━━ SUPPLIED ENTRIES ━━

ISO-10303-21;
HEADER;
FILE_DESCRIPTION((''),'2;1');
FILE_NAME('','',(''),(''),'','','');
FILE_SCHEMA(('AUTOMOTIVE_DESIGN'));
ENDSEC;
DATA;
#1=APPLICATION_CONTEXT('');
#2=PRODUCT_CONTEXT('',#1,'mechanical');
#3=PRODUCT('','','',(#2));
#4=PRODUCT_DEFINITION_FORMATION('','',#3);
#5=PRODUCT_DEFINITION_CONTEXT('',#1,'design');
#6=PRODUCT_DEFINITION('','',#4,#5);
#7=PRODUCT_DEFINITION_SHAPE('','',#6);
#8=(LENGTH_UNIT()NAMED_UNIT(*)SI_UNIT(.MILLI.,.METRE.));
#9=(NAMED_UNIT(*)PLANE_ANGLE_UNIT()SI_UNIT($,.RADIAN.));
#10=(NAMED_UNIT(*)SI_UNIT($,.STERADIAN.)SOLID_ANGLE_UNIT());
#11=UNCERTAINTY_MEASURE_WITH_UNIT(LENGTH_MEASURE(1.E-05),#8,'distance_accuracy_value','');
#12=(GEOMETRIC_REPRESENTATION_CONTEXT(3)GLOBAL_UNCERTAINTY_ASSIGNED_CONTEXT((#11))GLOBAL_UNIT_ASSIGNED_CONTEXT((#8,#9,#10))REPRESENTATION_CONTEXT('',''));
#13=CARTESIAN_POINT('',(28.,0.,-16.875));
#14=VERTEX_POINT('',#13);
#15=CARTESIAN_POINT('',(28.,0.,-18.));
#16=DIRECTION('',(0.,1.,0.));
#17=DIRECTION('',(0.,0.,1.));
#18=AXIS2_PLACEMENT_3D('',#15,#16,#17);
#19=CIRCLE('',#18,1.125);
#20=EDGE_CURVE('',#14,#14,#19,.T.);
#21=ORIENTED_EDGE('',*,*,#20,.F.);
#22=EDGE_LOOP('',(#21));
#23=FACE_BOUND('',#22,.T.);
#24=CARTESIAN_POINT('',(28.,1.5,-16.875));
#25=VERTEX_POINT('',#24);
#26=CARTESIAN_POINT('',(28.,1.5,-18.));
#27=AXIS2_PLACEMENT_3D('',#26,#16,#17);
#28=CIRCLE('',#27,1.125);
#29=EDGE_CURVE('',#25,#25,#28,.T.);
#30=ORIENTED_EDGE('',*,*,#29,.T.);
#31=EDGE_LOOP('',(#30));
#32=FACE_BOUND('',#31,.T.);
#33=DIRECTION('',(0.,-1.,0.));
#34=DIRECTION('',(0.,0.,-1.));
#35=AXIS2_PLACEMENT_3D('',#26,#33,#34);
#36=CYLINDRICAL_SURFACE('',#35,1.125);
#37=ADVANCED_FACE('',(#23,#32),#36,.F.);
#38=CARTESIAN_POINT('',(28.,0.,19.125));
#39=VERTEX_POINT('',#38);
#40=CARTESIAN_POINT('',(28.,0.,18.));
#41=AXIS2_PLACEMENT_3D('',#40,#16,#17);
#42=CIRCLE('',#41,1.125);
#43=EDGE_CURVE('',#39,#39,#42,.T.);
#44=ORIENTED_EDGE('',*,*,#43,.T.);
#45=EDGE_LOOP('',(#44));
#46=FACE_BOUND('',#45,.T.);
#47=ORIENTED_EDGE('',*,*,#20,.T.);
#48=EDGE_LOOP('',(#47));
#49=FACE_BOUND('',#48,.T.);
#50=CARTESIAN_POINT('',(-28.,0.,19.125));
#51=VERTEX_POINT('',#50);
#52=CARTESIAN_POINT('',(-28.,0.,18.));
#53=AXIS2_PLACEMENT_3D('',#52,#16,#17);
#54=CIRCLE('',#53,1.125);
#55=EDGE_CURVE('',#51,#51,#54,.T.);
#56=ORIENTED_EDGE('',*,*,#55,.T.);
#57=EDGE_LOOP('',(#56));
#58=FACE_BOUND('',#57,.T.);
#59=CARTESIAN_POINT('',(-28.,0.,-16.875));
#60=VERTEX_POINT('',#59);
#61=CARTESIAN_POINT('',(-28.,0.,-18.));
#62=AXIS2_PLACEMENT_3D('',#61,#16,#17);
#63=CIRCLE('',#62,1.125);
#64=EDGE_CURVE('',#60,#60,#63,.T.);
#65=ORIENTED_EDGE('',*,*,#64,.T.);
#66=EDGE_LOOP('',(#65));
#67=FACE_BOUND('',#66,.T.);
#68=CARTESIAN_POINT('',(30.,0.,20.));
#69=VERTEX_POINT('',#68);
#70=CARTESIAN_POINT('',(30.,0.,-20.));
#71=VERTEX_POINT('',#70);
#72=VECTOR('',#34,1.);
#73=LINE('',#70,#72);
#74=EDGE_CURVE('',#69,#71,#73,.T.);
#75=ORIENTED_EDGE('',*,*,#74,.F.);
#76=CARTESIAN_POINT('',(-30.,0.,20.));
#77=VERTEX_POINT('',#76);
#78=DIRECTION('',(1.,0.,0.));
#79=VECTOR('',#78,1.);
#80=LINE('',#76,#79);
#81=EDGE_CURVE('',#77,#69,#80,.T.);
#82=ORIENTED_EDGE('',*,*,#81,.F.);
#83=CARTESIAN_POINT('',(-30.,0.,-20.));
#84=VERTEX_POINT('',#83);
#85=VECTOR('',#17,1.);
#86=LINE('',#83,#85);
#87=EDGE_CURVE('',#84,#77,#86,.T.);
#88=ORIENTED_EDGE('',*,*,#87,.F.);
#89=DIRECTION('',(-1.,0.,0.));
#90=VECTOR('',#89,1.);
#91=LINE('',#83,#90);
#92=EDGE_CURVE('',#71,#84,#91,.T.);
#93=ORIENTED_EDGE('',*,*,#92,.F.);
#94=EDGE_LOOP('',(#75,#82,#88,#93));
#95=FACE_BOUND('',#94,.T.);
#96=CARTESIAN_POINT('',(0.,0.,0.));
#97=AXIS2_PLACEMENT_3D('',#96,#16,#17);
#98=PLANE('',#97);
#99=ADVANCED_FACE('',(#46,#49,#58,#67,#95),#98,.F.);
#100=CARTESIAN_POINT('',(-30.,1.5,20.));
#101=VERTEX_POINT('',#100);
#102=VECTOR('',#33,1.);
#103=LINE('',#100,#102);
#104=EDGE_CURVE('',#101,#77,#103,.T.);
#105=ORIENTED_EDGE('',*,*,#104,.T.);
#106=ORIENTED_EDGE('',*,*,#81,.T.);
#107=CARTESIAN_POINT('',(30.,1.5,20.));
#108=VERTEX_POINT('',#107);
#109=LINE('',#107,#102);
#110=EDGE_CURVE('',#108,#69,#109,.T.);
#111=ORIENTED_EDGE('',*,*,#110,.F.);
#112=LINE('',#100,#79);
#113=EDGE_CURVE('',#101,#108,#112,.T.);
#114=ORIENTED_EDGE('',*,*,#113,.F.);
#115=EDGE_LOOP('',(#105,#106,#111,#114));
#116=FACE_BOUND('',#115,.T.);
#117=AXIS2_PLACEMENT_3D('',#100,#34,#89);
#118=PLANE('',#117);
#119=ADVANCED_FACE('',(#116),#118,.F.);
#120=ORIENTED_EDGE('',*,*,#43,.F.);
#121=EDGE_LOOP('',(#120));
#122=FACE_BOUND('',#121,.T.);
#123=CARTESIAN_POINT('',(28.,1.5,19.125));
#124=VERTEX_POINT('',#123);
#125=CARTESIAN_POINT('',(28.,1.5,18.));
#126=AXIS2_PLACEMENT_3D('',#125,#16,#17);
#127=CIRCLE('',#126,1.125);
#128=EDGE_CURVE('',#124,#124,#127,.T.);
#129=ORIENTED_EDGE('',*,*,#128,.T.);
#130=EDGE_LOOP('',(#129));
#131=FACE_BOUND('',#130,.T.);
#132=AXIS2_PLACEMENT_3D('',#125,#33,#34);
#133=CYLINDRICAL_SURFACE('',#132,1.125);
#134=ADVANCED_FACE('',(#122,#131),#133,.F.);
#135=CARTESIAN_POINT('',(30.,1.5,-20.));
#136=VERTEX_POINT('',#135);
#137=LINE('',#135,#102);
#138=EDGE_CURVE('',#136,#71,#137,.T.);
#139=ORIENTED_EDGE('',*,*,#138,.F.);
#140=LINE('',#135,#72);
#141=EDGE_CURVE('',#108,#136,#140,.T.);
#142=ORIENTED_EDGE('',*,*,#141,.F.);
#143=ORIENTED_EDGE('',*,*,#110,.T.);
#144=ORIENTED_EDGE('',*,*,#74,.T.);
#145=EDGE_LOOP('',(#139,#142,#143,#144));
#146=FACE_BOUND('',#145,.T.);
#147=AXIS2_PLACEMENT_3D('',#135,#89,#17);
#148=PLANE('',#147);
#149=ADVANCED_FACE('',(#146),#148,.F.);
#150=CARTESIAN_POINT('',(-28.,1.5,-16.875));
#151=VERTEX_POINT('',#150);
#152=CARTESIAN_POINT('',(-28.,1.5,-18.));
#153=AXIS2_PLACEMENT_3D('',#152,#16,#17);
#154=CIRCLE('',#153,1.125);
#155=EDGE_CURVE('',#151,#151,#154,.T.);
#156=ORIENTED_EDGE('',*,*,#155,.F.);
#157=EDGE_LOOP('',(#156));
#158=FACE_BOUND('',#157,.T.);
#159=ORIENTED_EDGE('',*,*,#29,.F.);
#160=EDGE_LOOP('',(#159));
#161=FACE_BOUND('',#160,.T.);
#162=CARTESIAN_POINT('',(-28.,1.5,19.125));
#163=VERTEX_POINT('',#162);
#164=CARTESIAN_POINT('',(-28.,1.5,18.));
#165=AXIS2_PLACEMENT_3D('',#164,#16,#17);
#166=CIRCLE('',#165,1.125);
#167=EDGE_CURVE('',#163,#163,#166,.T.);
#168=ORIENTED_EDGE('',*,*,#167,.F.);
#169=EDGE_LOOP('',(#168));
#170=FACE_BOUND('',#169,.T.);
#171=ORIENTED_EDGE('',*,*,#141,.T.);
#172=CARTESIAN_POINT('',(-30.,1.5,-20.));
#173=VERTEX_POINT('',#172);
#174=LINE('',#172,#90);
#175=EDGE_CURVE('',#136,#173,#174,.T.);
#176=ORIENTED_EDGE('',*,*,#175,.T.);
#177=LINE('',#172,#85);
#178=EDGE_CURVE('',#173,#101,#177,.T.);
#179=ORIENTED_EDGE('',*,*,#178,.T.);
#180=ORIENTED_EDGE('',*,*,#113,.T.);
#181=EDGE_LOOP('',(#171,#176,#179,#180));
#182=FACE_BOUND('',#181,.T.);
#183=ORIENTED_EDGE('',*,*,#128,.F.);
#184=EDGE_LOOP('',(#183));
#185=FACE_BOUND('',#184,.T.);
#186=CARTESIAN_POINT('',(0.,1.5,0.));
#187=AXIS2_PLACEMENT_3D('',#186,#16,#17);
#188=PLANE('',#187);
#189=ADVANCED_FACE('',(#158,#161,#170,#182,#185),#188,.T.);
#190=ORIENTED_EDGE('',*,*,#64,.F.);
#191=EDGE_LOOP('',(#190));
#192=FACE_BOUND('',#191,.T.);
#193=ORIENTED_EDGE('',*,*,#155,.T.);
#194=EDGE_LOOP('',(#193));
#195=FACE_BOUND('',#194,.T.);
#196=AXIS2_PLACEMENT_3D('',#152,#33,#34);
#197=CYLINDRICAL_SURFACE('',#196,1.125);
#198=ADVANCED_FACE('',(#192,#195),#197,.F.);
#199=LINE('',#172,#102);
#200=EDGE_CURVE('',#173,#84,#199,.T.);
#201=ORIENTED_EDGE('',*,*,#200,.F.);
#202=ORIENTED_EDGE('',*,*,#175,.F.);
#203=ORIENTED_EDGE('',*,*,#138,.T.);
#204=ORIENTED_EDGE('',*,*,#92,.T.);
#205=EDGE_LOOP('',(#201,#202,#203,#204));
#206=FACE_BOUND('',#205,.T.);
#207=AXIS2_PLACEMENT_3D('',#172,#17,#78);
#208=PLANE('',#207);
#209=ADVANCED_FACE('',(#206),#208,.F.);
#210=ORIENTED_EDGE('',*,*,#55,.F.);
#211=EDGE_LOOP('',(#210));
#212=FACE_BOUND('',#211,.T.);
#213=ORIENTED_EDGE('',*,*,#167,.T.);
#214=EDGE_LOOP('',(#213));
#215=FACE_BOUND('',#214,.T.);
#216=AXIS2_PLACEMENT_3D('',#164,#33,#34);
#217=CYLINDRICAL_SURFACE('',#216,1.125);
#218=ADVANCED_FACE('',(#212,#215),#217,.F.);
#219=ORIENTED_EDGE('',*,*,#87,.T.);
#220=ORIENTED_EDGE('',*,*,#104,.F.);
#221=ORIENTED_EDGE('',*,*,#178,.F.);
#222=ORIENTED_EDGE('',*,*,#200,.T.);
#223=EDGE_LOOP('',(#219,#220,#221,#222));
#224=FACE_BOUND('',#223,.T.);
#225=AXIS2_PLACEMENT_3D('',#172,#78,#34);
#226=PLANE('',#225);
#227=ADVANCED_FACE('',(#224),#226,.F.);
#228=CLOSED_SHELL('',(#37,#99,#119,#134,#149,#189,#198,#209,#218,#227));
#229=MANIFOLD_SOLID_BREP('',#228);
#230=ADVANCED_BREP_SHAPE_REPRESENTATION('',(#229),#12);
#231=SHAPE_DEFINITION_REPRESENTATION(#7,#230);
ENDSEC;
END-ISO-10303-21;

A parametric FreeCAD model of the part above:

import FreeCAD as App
import Part
import Sketcher

V = App.Vector

doc = App.newDocument("Part")
body = doc.addObject("PartDesign::Body", "Body")

sketch1 = doc.addObject("Sketcher::SketchObject", "Sketch")
body.addObject(sketch1)
sketch1.AttachmentSupport = (doc.XZ_Plane, [""])
sketch1.MapMode = "FlatFace"
sketch1.addGeometry([
    Part.LineSegment(V(-30, -20, 0), V(-30, 20, 0)),
    Part.LineSegment(V(-30, 20, 0), V(30, 20, 0)),
    Part.LineSegment(V(30, 20, 0), V(30, -20, 0)),
    Part.LineSegment(V(30, -20, 0), V(-30, -20, 0)),
    Part.Circle(V(-28, 18, 0), V(0, 0, 1), 1.1),
    Part.Circle(V(28, 18, 0), V(0, 0, 1), 1.1),
    Part.Circle(V(-28, -18, 0), V(0, 0, 1), 1.1),
    Part.Circle(V(28, -18, 0), V(0, 0, 1), 1.1),
], False)
sketch1.addConstraint([
    Sketcher.Constraint("Coincident", 0, 2, 1, 1),
    Sketcher.Constraint("Coincident", 1, 2, 2, 1),
    Sketcher.Constraint("Coincident", 2, 2, 3, 1),
    Sketcher.Constraint("Coincident", 3, 2, 0, 1),
    Sketcher.Constraint("Vertical", 0),
    Sketcher.Constraint("Horizontal", 1),
    Sketcher.Constraint("Vertical", 2),
    Sketcher.Constraint("Horizontal", 3),
    Sketcher.Constraint("Equal", 4, 5),
    Sketcher.Constraint("Equal", 5, 6),
    Sketcher.Constraint("Equal", 6, 7),
    Sketcher.Constraint("Symmetric", 5, 3, 6, 3, -1, 1),
    Sketcher.Constraint("Symmetric", 4, 3, 7, 3, -1, 1),
    Sketcher.Constraint("Symmetric", 0, 2, 2, 2, -1, 1),
    Sketcher.Constraint("Symmetric", 4, 3, 5, 3, -2),
    Sketcher.Constraint("Diameter", 4, 2.25),
    Sketcher.Constraint("DistanceX", 1, 1, 1, 2, 60.0),
    Sketcher.Constraint("DistanceY", 0, 1, 0, 2, 40.0),
    Sketcher.Constraint("DistanceX", 4, 3, -1, 1, 28.0),
    Sketcher.Constraint("DistanceY", -1, 1, 4, 3, 18.0),
])
pad1 = doc.addObject("PartDesign::Pad", "Pad")
body.addObject(pad1)
pad1.Profile = sketch1
pad1.Length = 1.5
pad1.Reversed = True

doc.recompute()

━━━

For this exercise, repeat exactly the lines of the data above from the one with "#159=ORIENTED_EDGE('',*,*,#29,.F.);" down to the one with "#197=CYLINDRICAL_SURFACE('',#196,1.125);", both end lines included.

TASK RESULT |
#159=ORIENTED_EDGE('',*,*,#29,.F.);
#160=EDGE_LOOP('',(#159));
#161=FACE_BOUND('',#160,.T.);
#162=CARTESIAN_POINT('',(-28.,1.5,19.125));
#163=VERTEX_POINT('',#162);
#164=CARTESIAN_POINT('',(-28.,1.5,18.));
#165=AXIS2_PLACEMENT_3D('',#164,#16,#17);
#166=CIRCLE('',#165,1.125);
#167=EDGE_CURVE('',#163,#163,#166,.T.);
#168=ORIENTED_EDGE('',*,*,#167,.F.);
#169=EDGE_LOOP('',(#168));
#170=FACE_BOUND('',#169,.T.);
#171=ORIENTED_EDGE('',*,*,#141,.T.);
#172=CARTESIAN_POINT('',(-30.,1.5,-20.));
#173=VERTEX_POINT('',#172);
#174=LINE('',#172,#90);
#175=EDGE_CURVE('',#136,#173,#174,.T.);
#176=ORIENTED_EDGE('',*,*,#175,.T.);
#177=LINE('',#172,#85);
#178=EDGE_CURVE('',#173,#101,#177,.T.);
#179=ORIENTED_EDGE('',*,*,#178,.T.);
#180=ORIENTED_EDGE('',*,*,#113,.T.);
#181=EDGE_LOOP('',(#171,#176,#179,#180));
#182=FACE_BOUND('',#181,.T.);
#183=ORIENTED_EDGE('',*,*,#128,.F.);
#184=EDGE_LOOP('',(#183));
#185=FACE_BOUND('',#184,.T.);
#186=CARTESIAN_POINT('',(0.,1.5,0.));
#187=AXIS2_PLACEMENT_3D('',#186,#16,#17);
#188=PLANE('',#187);
#189=ADVANCED_FACE('',(#158,#161,#170,#182,#185),#188,.T.);
#190=ORIENTED_EDGE('',*,*,#64,.F.);
#191=EDGE_LOOP('',(#190));
#192=FACE_BOUND('',#191,.T.);
#193=ORIENTED_EDGE('',*,*,#155,.T.);
#194=EDGE_LOOP('',(#193));
#195=FACE_BOUND('',#194,.T.);
#196=AXIS2_PLACEMENT_3D('',#152,#33,#34);
#197=CYLINDRICAL_SURFACE('',#196,1.125);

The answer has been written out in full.